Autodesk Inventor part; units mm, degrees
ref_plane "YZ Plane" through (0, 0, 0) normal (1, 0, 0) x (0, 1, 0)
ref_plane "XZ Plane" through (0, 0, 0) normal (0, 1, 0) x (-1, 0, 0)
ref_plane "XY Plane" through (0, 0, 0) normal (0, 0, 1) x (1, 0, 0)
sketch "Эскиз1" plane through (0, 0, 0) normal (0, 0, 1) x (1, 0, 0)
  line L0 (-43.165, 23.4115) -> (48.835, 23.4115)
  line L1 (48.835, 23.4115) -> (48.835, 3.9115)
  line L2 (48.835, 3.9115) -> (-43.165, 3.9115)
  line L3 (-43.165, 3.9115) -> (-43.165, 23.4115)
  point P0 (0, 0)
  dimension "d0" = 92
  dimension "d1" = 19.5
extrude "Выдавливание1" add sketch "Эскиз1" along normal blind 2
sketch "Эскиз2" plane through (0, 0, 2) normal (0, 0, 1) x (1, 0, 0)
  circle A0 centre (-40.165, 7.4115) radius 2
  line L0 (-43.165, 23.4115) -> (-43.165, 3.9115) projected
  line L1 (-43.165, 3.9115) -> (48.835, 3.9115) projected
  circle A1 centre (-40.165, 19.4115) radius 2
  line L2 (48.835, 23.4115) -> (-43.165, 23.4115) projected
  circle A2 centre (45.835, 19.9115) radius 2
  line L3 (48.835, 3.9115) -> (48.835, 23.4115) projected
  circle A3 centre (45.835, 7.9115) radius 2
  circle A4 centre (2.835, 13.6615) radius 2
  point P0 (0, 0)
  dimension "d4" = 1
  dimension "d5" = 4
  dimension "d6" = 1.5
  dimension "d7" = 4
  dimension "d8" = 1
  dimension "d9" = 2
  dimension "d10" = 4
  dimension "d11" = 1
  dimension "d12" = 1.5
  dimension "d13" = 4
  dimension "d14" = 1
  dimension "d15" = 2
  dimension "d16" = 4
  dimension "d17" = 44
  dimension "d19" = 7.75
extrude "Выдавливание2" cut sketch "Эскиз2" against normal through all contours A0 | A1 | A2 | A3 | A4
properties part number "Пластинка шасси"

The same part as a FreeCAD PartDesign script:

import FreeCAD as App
import Part
import Sketcher
Q = App.Units.Quantity


def add_polygon(sketch, points):
    """Adds a closed chain of lines whose ends are joined by coincident constraints."""
    first, n = sketch.GeometryCount, len(points)
    for a, b in zip(points, points[1:] + points[:1]):
        sketch.addGeometry(Part.LineSegment(App.Vector(*a, 0), App.Vector(*b, 0)), False)
    for i in range(n):
        sketch.addConstraint(Sketcher.Constraint("Coincident", first + i, 2, first + (i + 1) % n, 1))

doc = App.newDocument("Part")
body = doc.addObject("PartDesign::Body", "Body")

# Sketch on XY plane
sketch1 = body.newObject("Sketcher::SketchObject", "Sketch")
sketch1.AttachmentSupport = (doc.getObject("XY_Plane"), [""])
sketch1.MapMode = "FlatFace"
add_polygon(sketch1, [(48.835, 23.4115), (-43.165, 23.4115), (-43.165, 3.9115), (48.835, 3.9115)])  # lines 0-3
sketch1.addConstraint(Sketcher.Constraint("Horizontal", 0))
sketch1.addConstraint(Sketcher.Constraint("Vertical", 1))
sketch1.addConstraint(Sketcher.Constraint("Horizontal", 2))
sketch1.addConstraint(Sketcher.Constraint("Vertical", 3))
sketch1.addConstraint(Sketcher.Constraint("DistanceX", 0, 2, 0, 1, Q("92 mm")))
sketch1.addConstraint(Sketcher.Constraint("DistanceY", 1, 2, 1, 1, Q("19.5 mm")))
sketch1.addConstraint(Sketcher.Constraint("DistanceX", 0, 2, -1, 1, Q("43.165 mm")))
sketch1.addConstraint(Sketcher.Constraint("DistanceY", -1, 1, 0, 2, Q("23.4115 mm")))
pad1 = body.newObject("PartDesign::Pad", "Pad")
pad1.Profile = sketch1
pad1.Length = 2

# Sketch on XY plane
sketch2 = body.newObject("Sketcher::SketchObject", "Sketch001")
sketch2.AttachmentSupport = (doc.getObject("XY_Plane"), [""])
sketch2.MapMode = "FlatFace"
sketch2.AttachmentOffset = App.Placement(App.Vector(0, 0, 2), App.Rotation())
sketch2.addGeometry(Part.Circle(App.Vector(-40.165, 7.4115, 0), App.Vector(0, 0, 1), 2), False)
sketch2.addGeometry(Part.Circle(App.Vector(-40.165, 19.4115, 0), App.Vector(0, 0, 1), 2), False)
sketch2.addGeometry(Part.Circle(App.Vector(45.835, 19.9115, 0), App.Vector(0, 0, 1), 2), False)
sketch2.addGeometry(Part.Circle(App.Vector(45.835, 7.9115, 0), App.Vector(0, 0, 1), 2), False)
sketch2.addGeometry(Part.Circle(App.Vector(2.835, 13.6615, 0), App.Vector(0, 0, 1), 2), False)
sketch2.addConstraint(Sketcher.Constraint("Equal", 0, 1))
sketch2.addConstraint(Sketcher.Constraint("Equal", 1, 2))
sketch2.addConstraint(Sketcher.Constraint("Equal", 2, 3))
sketch2.addConstraint(Sketcher.Constraint("Equal", 3, 4))
sketch2.addConstraint(Sketcher.Constraint("Vertical", 0, 3, 1, 3))
sketch2.addConstraint(Sketcher.Constraint("Vertical", 2, 3, 3, 3))
sketch2.addConstraint(Sketcher.Constraint("Diameter", 0, Q("4 mm")))
sketch2.addConstraint(Sketcher.Constraint("DistanceY", 0, 3, 1, 3, Q("12 mm")))
sketch2.addConstraint(Sketcher.Constraint("DistanceX", 1, 3, 2, 3, Q("86 mm")))
sketch2.addConstraint(Sketcher.Constraint("DistanceY", 3, 3, 2, 3, Q("12 mm")))
sketch2.addConstraint(Sketcher.Constraint("DistanceX", 1, 3, 4, 3, Q("43 mm")))
sketch2.addConstraint(Sketcher.Constraint("DistanceY", 1, 3, 2, 3, Q("0.5 mm")))
sketch2.addConstraint(Sketcher.Constraint("DistanceY", 4, 3, 1, 3, Q("5.75 mm")))
sketch2.addConstraint(Sketcher.Constraint("DistanceX", 0, 3, -1, 1, Q("40.165 mm")))
sketch2.addConstraint(Sketcher.Constraint("DistanceY", -1, 1, 0, 3, Q("7.4115 mm")))
pocket1 = body.newObject("PartDesign::Pocket", "Pocket")
pocket1.Profile = sketch2
pocket1.Type = "ThroughAll"

doc.recompute()
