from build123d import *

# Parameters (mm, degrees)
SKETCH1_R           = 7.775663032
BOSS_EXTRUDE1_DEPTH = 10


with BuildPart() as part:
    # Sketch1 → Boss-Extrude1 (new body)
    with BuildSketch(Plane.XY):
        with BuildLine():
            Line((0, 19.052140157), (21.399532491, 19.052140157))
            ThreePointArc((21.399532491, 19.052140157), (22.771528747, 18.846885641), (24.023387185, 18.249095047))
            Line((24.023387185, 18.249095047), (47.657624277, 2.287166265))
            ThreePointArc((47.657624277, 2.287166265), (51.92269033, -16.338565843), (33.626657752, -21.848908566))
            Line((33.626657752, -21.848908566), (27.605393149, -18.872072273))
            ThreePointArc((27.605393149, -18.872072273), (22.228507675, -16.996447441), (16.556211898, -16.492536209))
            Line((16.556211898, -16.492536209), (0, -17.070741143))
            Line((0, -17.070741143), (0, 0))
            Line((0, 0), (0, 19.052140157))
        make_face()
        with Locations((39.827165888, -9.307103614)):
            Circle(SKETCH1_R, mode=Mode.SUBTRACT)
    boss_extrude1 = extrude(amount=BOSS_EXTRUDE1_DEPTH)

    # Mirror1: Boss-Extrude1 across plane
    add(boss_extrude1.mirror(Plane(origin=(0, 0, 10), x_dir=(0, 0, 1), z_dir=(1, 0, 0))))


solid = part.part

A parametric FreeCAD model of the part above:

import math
import FreeCAD as App
import Part
import Sketcher
from FreeCAD import Vector

doc = App.newDocument("Part")
body = doc.addObject("PartDesign::Body", "Body")

# Sketch on XY plane
sketch1 = body.newObject("Sketcher::SketchObject", "Sketch")
sketch1.AttachmentSupport = (doc.getObject("XY_Plane"), [""])
sketch1.MapMode = "FlatFace"
sketch1.addGeometry(Part.LineSegment(Vector(21.399532, 19.05214, 0), Vector(0, 19.05214, 0)), False)
sketch1.addGeometry(Part.LineSegment(Vector(0, 19.05214, 0), Vector(0, -17.070741, 0)), False)
sketch1.addGeometry(Part.LineSegment(Vector(0, -17.070741, 0), Vector(16.556212, -16.492536, 0)), False)
sketch1.addGeometry(Part.ArcOfCircle(Part.Circle(Vector(17.362852, -39.589721, 0), Vector(0, 0, 1), 23.111266), math.radians(63.692797), math.radians(92.00017)), False)
sketch1.addGeometry(Part.LineSegment(Vector(27.605393, -18.872072, 0), Vector(33.626658, -21.848909, 0)), False)
sketch1.addGeometry(Part.ArcOfCircle(Part.Circle(Vector(39.827166, -9.307104, 0), Vector(0, 0, 1), 13.990825), math.radians(-116.307203), math.radians(55.965965)), False)
sketch1.addGeometry(Part.LineSegment(Vector(47.657624, 2.287166, 0), Vector(24.023387, 18.249095, 0)), False)
sketch1.addGeometry(Part.ArcOfCircle(Part.Circle(Vector(21.399532, 14.364051, 0), Vector(0, 0, 1), 4.68809), math.radians(55.965965), math.radians(90)), False)
sketch1.addGeometry(Part.Circle(Vector(39.827166, -9.307104, 0), Vector(0, 0, 1), 7.775663), False)
sketch1.addConstraint(Sketcher.Constraint("Coincident", 0, 2, 1, 1))
sketch1.addConstraint(Sketcher.Constraint("Coincident", 1, 2, 2, 1))
sketch1.addConstraint(Sketcher.Constraint("Tangent", 2, 2, 3, 2))
sketch1.addConstraint(Sketcher.Constraint("Tangent", 3, 1, 4, 1))
sketch1.addConstraint(Sketcher.Constraint("Tangent", 4, 2, 5, 1))
sketch1.addConstraint(Sketcher.Constraint("Tangent", 5, 2, 6, 1))
sketch1.addConstraint(Sketcher.Constraint("Tangent", 6, 2, 7, 1))
sketch1.addConstraint(Sketcher.Constraint("Tangent", 7, 2, 0, 1))
sketch1.addConstraint(Sketcher.Constraint("Horizontal", 0))
sketch1.addConstraint(Sketcher.Constraint("Vertical", 1))
sketch1.addConstraint(Sketcher.Constraint("Coincident", 8, 3, 5, 3))
sketch1.addConstraint(Sketcher.Constraint("PointOnObject", 0, 2, -2))
sketch1.addConstraint(Sketcher.Constraint("Radius", 7, 4.68809))
sketch1.addConstraint(Sketcher.Constraint("Diameter", 8, 15.551326))
sketch1.addConstraint(Sketcher.Constraint("Radius", 3, 23.111266))
sketch1.addConstraint(Sketcher.Constraint("Radius", 5, 13.990825))
sketch1.addConstraint(Sketcher.Constraint("DistanceY", 1, 2, 1, 1, 36.122881))
sketch1.addConstraint(Sketcher.Constraint("DistanceY", 5, 3, 6, 2, 27.556199))
sketch1.addConstraint(Sketcher.Constraint("DistanceX", 0, 2, 0, 1, 21.399532))
sketch1.addConstraint(Sketcher.Constraint("DistanceY", 3, 3, -1, 1, 39.589721))
sketch1.addConstraint(Sketcher.Constraint("DistanceY", -1, 1, 7, 3, 14.364051))
sketch1.addConstraint(Sketcher.Constraint("DistanceX", -1, 1, 2, 2, 16.556212))
sketch1.addConstraint(Sketcher.Constraint("DistanceY", 4, 2, -1, 1, 21.848909))
pad1 = body.newObject("PartDesign::Pad", "Pad")
pad1.Profile = sketch1
pad1.Length = 10
doc.recompute()

mirrored = body.newObject("PartDesign::Mirrored", "Mirrored")
mirrored.Originals = [pad1]
mirrored.MirrorPlane = (doc.getObject("YZ_Plane"), [""])
body.Tip = mirrored

doc.recompute()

################

▶ WORK ITEM
Could you reproduce, exactly, every line above from the line with "line L1 (48.835, 23.4115)" to the line with "circle A1 centre", and no other line? Both ends count.

▶ RESPONSE TO THIS TASK
  line L1 (48.835, 23.4115) -> (48.835, 3.9115)
  line L2 (48.835, 3.9115) -> (-43.165, 3.9115)
  line L3 (-43.165, 3.9115) -> (-43.165, 23.4115)
  point P0 (0, 0)
  dimension "d0" = 92
  dimension "d1" = 19.5
extrude "Выдавливание1" add sketch "Эскиз1" along normal blind 2
sketch "Эскиз2" plane through (0, 0, 2) normal (0, 0, 1) x (1, 0, 0)
  circle A0 centre (-40.165, 7.4115) radius 2
  line L0 (-43.165, 23.4115) -> (-43.165, 3.9115) projected
  line L1 (-43.165, 3.9115) -> (48.835, 3.9115) projected
  circle A1 centre (-40.165, 19.4115) radius 2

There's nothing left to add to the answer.